— Exercise description —
Needed from the data below: every line from the one with "f 180 344 345" up to and including the one with "f 217 219 6", repeated exactly and with nothing else.

===== Records supplied

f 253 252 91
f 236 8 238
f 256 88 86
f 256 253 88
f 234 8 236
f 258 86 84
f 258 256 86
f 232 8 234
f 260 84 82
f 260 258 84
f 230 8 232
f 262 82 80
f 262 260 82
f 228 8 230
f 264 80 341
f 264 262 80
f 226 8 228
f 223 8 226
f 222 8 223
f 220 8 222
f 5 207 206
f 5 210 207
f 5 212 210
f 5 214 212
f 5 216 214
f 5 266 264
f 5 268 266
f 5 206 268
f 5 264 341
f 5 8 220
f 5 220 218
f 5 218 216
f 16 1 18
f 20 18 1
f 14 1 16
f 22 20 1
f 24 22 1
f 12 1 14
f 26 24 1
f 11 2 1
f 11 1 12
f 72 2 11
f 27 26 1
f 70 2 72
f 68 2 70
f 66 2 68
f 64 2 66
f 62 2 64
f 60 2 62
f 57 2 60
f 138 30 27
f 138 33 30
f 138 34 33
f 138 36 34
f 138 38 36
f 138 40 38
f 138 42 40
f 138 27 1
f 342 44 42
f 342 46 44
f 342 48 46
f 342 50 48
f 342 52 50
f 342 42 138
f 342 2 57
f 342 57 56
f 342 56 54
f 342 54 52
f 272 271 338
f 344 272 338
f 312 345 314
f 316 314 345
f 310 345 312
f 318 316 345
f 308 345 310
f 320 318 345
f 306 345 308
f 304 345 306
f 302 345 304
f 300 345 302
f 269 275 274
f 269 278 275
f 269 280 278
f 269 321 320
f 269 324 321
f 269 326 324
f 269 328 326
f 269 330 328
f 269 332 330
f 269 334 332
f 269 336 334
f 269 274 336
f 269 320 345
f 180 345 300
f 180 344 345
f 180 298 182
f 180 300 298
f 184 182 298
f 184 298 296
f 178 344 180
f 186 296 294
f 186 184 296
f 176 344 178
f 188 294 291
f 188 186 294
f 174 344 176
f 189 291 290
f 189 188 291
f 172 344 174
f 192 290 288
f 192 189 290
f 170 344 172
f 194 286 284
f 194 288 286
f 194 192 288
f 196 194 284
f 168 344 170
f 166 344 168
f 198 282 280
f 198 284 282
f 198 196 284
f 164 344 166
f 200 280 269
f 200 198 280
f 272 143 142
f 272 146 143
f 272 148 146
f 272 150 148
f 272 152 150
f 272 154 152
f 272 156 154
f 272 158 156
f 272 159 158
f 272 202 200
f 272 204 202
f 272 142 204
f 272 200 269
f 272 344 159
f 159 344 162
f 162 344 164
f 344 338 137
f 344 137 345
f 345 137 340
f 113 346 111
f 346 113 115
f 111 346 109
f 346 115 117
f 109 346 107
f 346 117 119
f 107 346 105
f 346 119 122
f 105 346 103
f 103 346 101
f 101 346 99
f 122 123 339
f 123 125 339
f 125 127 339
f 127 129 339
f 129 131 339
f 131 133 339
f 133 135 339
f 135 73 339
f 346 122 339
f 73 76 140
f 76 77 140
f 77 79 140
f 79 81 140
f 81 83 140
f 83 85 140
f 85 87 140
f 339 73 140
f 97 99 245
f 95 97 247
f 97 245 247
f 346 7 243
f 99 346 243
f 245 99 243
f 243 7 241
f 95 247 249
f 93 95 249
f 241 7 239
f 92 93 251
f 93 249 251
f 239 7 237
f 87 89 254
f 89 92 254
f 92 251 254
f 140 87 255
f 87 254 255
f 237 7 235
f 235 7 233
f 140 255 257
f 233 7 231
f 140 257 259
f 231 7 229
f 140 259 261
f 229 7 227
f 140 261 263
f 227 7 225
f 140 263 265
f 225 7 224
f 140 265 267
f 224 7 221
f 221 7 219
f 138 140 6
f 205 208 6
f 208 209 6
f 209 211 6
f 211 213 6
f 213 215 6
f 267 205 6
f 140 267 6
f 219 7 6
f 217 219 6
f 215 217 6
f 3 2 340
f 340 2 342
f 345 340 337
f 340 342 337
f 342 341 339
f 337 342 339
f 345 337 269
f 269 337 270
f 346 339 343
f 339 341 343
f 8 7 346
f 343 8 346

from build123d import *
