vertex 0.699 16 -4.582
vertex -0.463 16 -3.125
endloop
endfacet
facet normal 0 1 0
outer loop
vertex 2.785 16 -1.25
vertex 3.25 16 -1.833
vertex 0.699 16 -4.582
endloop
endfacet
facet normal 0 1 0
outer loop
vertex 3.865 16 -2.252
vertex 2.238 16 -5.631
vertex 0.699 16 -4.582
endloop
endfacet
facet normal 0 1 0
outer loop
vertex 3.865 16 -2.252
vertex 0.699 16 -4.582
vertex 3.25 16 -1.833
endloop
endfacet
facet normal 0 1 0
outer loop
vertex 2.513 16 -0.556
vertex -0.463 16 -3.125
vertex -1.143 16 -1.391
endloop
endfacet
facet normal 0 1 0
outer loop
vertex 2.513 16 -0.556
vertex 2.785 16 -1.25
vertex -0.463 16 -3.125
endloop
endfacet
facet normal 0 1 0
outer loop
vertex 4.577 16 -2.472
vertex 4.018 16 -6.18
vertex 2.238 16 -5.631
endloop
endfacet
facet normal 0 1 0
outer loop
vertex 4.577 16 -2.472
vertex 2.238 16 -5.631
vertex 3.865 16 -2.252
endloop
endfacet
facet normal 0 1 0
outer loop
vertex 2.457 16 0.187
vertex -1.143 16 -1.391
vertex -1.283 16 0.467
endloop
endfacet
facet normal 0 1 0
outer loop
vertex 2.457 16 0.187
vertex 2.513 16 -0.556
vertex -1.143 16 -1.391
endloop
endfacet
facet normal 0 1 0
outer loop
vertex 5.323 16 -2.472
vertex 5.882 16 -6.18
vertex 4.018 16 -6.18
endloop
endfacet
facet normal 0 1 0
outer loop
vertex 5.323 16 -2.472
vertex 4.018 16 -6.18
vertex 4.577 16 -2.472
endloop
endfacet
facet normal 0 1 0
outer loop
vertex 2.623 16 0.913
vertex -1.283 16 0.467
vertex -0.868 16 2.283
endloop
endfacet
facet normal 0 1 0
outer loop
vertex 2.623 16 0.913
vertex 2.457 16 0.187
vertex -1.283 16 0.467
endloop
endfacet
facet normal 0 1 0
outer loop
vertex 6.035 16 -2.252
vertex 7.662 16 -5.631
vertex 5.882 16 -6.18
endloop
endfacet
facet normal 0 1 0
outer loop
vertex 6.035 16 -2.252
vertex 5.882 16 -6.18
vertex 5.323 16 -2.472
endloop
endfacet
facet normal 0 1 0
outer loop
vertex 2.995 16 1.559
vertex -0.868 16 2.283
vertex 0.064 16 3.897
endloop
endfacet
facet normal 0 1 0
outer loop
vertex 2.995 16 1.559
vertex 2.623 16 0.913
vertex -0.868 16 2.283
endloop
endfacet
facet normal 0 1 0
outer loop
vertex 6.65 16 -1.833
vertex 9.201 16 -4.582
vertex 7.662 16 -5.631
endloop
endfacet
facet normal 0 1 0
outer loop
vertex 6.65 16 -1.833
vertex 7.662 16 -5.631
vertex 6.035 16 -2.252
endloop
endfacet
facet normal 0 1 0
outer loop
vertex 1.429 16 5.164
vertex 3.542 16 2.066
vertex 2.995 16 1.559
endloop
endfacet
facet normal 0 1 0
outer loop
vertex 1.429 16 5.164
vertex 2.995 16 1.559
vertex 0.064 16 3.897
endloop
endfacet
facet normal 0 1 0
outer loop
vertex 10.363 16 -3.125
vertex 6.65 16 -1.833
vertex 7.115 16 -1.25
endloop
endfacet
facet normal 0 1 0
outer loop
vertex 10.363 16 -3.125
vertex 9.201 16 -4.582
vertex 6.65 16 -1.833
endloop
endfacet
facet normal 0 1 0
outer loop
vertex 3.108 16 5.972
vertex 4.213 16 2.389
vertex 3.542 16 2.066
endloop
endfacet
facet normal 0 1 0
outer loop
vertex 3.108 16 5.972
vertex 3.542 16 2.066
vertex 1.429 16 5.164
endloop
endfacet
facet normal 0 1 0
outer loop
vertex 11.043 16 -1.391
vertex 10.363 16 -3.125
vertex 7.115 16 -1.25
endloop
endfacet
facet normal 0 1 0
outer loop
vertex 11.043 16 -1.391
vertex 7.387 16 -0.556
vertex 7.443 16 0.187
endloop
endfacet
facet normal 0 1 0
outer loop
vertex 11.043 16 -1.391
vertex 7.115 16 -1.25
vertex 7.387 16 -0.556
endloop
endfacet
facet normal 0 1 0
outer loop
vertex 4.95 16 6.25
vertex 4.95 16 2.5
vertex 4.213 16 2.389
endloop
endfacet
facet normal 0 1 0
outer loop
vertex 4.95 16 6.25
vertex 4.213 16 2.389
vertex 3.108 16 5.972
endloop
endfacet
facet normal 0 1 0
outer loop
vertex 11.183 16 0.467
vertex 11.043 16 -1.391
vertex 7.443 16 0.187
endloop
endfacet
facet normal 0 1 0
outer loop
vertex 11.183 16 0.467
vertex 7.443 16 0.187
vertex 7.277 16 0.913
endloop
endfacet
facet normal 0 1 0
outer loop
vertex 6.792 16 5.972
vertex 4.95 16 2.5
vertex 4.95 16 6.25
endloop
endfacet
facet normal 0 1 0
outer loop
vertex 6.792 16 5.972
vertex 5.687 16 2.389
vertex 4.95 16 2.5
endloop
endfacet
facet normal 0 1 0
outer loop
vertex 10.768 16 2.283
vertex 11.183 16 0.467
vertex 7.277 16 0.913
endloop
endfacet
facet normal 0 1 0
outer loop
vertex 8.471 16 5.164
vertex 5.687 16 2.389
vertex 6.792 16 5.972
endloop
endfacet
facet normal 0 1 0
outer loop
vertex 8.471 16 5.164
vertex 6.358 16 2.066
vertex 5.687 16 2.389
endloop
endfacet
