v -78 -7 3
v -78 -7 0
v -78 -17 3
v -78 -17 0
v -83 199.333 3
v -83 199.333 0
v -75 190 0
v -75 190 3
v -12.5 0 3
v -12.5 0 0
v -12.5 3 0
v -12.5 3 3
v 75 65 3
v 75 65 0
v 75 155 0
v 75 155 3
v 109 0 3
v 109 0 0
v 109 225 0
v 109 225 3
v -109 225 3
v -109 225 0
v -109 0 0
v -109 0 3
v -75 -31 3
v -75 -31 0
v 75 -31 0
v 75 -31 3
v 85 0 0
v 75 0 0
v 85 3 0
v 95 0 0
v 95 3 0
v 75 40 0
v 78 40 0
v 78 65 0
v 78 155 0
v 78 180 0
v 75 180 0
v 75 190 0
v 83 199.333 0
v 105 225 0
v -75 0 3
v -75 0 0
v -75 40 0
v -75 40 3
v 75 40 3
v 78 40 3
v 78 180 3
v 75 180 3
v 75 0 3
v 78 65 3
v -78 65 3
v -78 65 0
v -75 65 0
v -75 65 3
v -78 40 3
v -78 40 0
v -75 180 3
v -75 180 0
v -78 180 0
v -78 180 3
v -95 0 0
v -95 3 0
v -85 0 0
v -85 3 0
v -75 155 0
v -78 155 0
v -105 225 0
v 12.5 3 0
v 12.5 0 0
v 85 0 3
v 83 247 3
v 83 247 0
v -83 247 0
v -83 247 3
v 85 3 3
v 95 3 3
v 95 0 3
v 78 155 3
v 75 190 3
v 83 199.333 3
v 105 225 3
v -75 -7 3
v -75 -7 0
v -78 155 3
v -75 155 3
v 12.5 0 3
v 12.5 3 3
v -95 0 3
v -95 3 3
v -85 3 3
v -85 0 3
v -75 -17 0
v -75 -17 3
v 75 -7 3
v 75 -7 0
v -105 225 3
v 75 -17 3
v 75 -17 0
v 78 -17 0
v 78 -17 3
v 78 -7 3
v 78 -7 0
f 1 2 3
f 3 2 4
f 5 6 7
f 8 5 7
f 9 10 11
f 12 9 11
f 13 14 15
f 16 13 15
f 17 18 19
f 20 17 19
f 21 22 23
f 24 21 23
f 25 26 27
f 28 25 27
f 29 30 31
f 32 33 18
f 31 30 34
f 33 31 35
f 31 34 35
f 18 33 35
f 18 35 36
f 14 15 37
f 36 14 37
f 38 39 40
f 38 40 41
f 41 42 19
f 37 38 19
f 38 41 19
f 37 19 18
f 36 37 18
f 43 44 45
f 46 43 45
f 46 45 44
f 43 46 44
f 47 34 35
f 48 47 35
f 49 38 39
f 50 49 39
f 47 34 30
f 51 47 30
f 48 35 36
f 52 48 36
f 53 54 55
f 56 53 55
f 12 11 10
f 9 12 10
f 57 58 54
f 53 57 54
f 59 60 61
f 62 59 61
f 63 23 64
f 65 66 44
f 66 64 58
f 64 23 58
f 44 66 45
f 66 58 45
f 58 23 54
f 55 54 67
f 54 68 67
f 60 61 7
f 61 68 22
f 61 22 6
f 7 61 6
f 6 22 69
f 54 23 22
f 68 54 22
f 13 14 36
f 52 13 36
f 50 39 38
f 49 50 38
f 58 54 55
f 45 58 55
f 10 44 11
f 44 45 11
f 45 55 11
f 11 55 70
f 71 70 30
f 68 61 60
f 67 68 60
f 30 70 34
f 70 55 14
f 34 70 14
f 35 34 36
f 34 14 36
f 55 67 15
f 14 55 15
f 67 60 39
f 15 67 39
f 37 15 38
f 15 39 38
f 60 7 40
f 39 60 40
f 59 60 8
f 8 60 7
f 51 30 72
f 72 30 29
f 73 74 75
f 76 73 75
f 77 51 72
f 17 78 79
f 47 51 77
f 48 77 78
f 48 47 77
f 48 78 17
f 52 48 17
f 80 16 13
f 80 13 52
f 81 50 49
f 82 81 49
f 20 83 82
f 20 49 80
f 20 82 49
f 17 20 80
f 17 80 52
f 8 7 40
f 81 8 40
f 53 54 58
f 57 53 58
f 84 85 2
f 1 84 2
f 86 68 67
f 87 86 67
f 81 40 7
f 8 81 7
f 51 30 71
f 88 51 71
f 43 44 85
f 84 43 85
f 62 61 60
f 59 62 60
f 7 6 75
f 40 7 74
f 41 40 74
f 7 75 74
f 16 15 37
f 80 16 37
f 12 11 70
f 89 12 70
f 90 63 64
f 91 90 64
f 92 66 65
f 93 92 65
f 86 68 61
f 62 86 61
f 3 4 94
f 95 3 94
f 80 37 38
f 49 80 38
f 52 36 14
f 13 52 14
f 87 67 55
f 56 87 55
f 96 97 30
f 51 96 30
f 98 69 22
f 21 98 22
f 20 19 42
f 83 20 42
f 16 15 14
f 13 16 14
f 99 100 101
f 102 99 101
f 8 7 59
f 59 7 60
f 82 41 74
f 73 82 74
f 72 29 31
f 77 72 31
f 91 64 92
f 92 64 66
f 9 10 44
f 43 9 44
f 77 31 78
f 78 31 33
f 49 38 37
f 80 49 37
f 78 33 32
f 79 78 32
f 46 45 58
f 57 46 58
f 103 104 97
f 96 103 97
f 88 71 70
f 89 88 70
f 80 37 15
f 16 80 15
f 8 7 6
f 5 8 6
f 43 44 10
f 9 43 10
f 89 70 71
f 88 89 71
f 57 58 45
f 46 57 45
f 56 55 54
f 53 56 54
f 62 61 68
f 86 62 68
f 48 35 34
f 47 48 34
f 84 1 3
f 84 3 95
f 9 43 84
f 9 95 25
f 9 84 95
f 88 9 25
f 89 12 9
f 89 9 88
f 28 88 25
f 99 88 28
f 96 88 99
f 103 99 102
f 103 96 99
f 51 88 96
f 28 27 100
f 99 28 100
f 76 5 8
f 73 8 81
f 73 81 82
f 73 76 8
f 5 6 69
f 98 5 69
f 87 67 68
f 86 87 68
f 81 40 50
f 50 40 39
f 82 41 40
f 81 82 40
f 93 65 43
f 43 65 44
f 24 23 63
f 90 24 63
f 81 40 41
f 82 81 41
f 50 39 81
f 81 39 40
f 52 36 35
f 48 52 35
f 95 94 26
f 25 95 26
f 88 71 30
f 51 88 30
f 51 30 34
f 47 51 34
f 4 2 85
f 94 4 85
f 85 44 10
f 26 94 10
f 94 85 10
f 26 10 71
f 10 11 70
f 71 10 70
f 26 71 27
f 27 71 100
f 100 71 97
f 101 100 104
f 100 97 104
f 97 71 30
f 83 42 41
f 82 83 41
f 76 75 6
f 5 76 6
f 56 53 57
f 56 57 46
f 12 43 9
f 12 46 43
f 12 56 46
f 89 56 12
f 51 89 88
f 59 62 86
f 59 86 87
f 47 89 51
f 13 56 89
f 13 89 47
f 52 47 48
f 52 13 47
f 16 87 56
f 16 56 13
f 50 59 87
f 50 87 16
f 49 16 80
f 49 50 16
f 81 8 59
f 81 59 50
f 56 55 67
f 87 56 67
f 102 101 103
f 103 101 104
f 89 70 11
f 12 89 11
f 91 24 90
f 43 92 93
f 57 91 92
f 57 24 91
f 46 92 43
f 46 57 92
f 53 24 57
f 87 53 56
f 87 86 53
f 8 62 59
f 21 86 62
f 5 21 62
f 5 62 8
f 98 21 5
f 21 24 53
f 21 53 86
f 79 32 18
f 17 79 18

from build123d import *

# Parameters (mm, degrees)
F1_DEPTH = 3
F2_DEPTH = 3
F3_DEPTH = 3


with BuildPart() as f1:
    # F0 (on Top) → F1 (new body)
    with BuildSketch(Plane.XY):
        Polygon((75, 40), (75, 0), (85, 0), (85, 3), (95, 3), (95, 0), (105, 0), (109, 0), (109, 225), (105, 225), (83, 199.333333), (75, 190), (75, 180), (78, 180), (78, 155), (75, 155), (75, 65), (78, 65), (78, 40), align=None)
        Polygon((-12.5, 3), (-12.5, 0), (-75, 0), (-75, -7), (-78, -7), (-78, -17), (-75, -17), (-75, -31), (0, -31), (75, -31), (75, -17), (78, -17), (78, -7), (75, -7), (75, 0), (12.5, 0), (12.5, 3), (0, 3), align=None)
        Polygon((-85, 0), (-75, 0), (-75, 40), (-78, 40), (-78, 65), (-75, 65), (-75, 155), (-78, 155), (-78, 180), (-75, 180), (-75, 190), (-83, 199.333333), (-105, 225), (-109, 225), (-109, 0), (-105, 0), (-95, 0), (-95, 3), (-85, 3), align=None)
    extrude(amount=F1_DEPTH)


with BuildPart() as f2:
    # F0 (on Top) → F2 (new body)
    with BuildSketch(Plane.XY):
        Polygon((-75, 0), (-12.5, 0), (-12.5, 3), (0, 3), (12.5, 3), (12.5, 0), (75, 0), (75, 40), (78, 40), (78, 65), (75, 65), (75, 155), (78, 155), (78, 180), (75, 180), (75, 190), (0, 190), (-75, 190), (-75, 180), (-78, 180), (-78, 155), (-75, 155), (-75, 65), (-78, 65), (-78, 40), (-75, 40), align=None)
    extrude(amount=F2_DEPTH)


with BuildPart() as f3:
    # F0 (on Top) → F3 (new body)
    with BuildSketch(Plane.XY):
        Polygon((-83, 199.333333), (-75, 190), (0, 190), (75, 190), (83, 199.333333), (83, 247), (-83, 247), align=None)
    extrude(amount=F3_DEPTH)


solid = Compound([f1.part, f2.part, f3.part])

==========

— Written response —
f 180 344 345
f 180 298 182
f 180 300 298
f 184 182 298
f 184 298 296
f 178 344 180
f 186 296 294
f 186 184 296
f 176 344 178
f 188 294 291
f 188 186 294
f 174 344 176
f 189 291 290
f 189 188 291
f 172 344 174
f 192 290 288
f 192 189 290
f 170 344 172
f 194 286 284
f 194 288 286
f 194 192 288
f 196 194 284
f 168 344 170
f 166 344 168
f 198 282 280
f 198 284 282
f 198 196 284
f 164 344 166
f 200 280 269
f 200 198 280
f 272 143 142
f 272 146 143
f 272 148 146
f 272 150 148
f 272 152 150
f 272 154 152
f 272 156 154
f 272 158 156
f 272 159 158
f 272 202 200
f 272 204 202
f 272 142 204
f 272 200 269
f 272 344 159
f 159 344 162
f 162 344 164
f 344 338 137
f 344 137 345
f 345 137 340
f 113 346 111
f 346 113 115
f 111 346 109
f 346 115 117
f 109 346 107
f 346 117 119
f 107 346 105
f 346 119 122
f 105 346 103
f 103 346 101
f 101 346 99
f 122 123 339
f 123 125 339
f 125 127 339
f 127 129 339
f 129 131 339
f 131 133 339
f 133 135 339
f 135 73 339
f 346 122 339
f 73 76 140
f 76 77 140
f 77 79 140
f 79 81 140
f 81 83 140
f 83 85 140
f 85 87 140
f 339 73 140
f 97 99 245
f 95 97 247
f 97 245 247
f 346 7 243
f 99 346 243
f 245 99 243
f 243 7 241
f 95 247 249
f 93 95 249
f 241 7 239
f 92 93 251
f 93 249 251
f 239 7 237
f 87 89 254
f 89 92 254
f 92 251 254
f 140 87 255
f 87 254 255
f 237 7 235
f 235 7 233
f 140 255 257
f 233 7 231
f 140 257 259
f 231 7 229
f 140 259 261
f 229 7 227
f 140 261 263
f 227 7 225
f 140 263 265
f 225 7 224
f 140 265 267
f 224 7 221
f 221 7 219
f 138 140 6
f 205 208 6
f 208 209 6
f 209 211 6
f 211 213 6
f 213 215 6
f 267 205 6
f 140 267 6
f 219 7 6
f 217 219 6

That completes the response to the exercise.